* **SOURCE DATA**

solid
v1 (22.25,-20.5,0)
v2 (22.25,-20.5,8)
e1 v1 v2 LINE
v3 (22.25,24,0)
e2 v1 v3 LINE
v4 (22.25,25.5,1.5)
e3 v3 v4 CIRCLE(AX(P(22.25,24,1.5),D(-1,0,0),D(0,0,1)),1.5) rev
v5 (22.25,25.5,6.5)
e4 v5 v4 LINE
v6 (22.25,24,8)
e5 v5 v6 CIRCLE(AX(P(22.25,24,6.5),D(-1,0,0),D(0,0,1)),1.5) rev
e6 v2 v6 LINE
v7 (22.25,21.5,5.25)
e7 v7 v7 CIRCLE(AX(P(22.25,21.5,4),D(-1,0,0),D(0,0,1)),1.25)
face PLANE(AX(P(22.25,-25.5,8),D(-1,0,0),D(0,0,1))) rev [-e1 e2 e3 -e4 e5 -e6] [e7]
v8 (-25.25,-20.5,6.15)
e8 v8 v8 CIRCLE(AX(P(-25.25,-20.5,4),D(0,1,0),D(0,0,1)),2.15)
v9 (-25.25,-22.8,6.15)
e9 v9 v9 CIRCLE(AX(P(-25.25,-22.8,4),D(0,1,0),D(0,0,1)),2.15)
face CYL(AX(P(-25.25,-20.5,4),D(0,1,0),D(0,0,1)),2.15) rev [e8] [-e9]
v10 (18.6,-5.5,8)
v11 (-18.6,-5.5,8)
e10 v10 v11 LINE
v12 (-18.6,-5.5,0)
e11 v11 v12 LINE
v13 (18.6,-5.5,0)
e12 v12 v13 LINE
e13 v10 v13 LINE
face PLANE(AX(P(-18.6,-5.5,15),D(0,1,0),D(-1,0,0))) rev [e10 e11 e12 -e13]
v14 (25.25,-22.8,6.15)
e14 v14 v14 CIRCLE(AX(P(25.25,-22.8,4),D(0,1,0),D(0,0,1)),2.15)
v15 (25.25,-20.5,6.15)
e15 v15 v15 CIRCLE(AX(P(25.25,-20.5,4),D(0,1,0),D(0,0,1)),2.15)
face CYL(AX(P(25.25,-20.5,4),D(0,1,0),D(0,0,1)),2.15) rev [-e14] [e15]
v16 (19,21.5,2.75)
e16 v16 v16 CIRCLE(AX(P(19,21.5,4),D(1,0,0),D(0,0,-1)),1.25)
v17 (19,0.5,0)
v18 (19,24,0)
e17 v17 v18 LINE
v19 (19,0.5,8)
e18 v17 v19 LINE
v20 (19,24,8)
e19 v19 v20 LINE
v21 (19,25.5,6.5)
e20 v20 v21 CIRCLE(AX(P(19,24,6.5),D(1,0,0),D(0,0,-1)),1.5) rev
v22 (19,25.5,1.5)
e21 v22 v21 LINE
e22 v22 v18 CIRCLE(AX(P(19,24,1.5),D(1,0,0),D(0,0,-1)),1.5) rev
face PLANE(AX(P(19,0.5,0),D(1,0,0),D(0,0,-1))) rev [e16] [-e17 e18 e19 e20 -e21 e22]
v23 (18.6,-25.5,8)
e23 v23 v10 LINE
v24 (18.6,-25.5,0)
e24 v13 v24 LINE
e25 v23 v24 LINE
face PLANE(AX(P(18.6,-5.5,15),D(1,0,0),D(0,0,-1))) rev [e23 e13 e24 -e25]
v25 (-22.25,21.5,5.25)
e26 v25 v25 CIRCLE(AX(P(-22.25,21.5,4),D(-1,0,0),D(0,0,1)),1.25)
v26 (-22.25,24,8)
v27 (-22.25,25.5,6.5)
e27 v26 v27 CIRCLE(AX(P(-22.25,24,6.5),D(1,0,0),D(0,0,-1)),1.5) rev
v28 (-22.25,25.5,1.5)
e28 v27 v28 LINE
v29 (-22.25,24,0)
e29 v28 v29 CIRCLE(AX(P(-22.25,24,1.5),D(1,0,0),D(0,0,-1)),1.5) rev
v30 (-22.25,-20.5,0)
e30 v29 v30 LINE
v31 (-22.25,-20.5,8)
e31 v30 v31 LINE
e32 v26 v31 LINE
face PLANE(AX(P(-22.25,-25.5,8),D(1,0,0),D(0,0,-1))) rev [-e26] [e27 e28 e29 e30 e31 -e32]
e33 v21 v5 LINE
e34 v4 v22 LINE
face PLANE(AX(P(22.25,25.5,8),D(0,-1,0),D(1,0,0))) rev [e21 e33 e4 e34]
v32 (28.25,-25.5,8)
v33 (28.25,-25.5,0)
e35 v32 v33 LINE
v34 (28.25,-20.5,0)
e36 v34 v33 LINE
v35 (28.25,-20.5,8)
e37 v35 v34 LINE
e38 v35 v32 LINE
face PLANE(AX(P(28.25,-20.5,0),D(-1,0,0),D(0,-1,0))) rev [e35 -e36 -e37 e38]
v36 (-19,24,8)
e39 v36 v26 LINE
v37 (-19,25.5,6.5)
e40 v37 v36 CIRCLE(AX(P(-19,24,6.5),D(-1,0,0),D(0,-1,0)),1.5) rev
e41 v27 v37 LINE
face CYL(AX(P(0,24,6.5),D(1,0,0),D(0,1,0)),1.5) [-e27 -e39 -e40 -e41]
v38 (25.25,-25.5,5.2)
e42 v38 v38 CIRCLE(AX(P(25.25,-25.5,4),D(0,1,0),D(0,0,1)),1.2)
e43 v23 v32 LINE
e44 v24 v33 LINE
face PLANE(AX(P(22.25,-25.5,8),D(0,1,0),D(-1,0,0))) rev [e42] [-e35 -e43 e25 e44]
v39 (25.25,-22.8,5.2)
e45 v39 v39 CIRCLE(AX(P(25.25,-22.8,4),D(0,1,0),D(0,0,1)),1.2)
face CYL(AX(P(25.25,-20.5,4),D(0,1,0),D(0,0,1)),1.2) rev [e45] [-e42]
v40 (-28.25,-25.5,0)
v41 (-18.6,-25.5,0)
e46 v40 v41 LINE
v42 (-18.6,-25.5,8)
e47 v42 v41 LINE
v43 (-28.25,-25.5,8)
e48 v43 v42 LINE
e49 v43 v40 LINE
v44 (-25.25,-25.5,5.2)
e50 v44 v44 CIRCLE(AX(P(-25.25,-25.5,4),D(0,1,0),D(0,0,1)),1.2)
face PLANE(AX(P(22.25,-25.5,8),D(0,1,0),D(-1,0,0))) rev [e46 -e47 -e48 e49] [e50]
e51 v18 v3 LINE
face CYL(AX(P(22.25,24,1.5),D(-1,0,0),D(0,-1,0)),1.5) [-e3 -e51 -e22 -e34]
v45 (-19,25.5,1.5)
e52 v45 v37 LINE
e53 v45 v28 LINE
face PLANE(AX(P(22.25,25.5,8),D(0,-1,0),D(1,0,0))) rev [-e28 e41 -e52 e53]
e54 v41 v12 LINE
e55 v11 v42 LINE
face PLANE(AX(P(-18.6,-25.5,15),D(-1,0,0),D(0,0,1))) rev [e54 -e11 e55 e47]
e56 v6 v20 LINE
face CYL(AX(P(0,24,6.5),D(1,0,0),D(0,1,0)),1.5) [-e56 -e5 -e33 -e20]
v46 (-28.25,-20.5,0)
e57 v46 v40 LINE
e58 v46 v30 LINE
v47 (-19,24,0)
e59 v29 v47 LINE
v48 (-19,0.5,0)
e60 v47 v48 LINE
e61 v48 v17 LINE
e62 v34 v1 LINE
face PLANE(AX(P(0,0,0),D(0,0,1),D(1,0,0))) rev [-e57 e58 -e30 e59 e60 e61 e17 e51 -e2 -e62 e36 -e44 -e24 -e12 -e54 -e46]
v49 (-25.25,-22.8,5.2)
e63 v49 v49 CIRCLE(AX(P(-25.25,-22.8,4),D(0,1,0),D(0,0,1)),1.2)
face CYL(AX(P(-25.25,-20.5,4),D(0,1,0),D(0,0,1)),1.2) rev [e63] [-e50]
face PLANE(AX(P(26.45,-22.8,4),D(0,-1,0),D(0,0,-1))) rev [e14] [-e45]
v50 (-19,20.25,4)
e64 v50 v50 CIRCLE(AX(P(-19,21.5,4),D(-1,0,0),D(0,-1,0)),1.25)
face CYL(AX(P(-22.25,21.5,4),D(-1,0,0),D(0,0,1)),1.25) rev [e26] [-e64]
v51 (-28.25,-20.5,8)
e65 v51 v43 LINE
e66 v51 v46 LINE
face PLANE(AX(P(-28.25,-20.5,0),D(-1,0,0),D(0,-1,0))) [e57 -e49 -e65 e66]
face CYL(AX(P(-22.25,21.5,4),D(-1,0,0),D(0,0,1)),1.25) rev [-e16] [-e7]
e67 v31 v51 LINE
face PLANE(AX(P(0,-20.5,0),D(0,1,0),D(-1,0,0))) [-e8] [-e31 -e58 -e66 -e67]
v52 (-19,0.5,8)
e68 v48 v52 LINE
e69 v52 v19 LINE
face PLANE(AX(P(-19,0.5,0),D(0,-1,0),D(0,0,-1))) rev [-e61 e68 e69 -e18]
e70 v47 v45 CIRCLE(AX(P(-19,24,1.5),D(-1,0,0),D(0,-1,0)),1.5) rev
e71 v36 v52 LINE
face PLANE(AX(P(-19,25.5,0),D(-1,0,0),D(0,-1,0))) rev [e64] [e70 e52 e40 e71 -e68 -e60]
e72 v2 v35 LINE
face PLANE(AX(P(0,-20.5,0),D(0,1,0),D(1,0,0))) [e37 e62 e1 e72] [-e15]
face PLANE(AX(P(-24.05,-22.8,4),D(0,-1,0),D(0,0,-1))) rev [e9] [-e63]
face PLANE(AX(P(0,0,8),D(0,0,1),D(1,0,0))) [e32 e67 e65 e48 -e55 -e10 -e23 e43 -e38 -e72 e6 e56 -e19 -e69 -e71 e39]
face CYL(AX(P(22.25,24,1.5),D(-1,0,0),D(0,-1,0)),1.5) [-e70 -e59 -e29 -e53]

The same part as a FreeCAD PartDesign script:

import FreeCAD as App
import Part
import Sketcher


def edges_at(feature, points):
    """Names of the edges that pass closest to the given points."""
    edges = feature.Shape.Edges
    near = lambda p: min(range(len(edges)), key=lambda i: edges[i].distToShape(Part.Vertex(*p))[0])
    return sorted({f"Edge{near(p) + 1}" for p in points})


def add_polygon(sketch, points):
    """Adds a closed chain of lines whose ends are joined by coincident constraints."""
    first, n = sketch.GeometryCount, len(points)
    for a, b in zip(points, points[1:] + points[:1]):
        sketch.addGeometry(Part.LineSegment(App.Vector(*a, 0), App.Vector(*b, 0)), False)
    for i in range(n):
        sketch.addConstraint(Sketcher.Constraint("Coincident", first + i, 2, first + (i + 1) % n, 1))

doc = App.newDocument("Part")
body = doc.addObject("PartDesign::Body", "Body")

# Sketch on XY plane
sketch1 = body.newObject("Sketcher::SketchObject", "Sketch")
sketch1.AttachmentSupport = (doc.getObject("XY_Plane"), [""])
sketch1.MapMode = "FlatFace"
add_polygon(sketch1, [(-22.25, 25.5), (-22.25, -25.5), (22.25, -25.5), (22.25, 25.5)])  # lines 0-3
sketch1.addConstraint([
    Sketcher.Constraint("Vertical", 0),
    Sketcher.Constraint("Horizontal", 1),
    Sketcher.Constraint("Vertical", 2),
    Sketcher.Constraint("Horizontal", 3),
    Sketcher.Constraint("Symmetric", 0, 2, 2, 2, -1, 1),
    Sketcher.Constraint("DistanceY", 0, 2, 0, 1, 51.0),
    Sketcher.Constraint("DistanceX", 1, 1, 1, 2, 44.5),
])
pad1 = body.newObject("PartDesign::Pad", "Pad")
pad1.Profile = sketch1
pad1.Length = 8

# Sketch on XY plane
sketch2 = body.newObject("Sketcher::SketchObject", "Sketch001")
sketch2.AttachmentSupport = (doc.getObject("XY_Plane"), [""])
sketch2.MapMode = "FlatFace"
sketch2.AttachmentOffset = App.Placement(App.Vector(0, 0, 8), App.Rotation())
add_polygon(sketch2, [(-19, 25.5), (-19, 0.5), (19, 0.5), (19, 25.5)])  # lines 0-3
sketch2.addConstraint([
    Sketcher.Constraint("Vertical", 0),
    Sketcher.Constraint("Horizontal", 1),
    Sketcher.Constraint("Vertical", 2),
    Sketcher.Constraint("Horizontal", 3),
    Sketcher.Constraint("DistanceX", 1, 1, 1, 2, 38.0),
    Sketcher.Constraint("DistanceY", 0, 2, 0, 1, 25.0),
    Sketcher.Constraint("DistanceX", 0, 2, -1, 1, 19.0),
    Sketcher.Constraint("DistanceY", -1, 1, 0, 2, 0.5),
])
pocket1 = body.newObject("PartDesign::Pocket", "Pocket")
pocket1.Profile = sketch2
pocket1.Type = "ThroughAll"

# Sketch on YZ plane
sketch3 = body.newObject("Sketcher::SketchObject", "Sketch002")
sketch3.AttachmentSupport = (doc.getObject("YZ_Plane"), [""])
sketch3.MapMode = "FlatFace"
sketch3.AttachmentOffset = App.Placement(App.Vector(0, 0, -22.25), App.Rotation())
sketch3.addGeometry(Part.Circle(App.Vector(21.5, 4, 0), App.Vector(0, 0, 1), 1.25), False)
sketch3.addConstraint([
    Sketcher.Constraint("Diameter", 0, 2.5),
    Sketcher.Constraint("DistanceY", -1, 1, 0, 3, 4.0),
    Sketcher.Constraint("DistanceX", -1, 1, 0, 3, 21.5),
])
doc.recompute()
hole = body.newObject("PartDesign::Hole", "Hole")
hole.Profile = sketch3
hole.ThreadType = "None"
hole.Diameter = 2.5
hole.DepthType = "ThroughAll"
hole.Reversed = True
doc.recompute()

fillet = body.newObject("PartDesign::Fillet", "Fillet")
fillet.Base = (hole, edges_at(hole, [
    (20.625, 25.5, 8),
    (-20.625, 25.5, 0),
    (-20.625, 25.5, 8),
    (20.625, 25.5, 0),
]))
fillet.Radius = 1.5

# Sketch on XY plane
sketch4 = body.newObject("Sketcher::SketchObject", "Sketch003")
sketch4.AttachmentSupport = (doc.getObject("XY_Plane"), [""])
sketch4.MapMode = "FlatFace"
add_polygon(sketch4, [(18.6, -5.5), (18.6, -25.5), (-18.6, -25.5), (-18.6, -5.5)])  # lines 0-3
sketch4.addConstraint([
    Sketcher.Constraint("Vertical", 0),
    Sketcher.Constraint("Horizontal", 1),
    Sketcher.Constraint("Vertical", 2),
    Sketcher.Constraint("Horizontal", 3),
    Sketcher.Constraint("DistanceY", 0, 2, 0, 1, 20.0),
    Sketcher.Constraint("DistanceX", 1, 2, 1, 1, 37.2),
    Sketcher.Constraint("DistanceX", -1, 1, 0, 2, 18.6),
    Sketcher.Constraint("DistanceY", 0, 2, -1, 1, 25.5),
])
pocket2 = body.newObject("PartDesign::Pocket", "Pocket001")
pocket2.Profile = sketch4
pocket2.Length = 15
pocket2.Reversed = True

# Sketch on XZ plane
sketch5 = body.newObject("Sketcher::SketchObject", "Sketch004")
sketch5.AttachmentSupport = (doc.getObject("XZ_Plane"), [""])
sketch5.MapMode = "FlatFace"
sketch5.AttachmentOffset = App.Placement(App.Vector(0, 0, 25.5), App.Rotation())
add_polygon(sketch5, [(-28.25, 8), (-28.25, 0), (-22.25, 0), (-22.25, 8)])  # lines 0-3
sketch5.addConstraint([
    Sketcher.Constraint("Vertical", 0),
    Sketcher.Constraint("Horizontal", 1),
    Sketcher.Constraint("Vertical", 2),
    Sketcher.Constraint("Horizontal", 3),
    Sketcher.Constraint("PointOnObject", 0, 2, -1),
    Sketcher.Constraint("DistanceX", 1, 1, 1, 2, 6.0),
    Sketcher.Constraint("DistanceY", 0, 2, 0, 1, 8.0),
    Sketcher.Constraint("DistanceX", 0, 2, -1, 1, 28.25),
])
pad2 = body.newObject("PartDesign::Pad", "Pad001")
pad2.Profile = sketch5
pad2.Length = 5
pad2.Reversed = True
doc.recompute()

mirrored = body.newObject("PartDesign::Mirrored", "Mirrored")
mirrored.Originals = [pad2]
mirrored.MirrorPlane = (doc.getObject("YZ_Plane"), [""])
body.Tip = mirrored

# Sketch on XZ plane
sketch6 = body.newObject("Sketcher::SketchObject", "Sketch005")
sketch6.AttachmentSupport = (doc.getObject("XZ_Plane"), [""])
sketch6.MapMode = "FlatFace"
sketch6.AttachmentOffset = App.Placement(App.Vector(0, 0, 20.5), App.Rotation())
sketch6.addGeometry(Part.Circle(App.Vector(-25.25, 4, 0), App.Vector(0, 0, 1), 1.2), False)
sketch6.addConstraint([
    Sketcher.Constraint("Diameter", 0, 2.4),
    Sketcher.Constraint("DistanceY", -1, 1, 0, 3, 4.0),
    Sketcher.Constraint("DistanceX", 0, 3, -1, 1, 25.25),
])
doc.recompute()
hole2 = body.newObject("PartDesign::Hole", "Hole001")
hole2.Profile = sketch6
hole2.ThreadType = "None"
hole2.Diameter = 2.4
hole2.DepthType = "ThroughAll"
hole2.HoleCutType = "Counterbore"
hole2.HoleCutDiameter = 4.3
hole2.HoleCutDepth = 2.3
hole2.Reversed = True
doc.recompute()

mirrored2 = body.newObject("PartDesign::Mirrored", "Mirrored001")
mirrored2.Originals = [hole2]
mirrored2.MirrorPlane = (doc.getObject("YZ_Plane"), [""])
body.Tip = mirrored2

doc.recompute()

* **EXERCISE DETAILS**
For this task, write out exactly the lines of the entries above, starting at the line with "e21 v22 v21 LINE" and ending at the line with "e30 v29 v30 LINE", both included, and no others.

* **YOUR RESPONSE**
e21 v22 v21 LINE
e22 v22 v18 CIRCLE(AX(P(19,24,1.5),D(1,0,0),D(0,0,-1)),1.5) rev
face PLANE(AX(P(19,0.5,0),D(1,0,0),D(0,0,-1))) rev [e16] [-e17 e18 e19 e20 -e21 e22]
v23 (18.6,-25.5,8)
e23 v23 v10 LINE
v24 (18.6,-25.5,0)
e24 v13 v24 LINE
e25 v23 v24 LINE
face PLANE(AX(P(18.6,-5.5,15),D(1,0,0),D(0,0,-1))) rev [e23 e13 e24 -e25]
v25 (-22.25,21.5,5.25)
e26 v25 v25 CIRCLE(AX(P(-22.25,21.5,4),D(-1,0,0),D(0,0,1)),1.25)
v26 (-22.25,24,8)
v27 (-22.25,25.5,6.5)
e27 v26 v27 CIRCLE(AX(P(-22.25,24,6.5),D(1,0,0),D(0,0,-1)),1.5) rev
v28 (-22.25,25.5,1.5)
e28 v27 v28 LINE
v29 (-22.25,24,0)
e29 v28 v29 CIRCLE(AX(P(-22.25,24,1.5),D(1,0,0),D(0,0,-1)),1.5) rev
v30 (-22.25,-20.5,0)
e30 v29 v30 LINE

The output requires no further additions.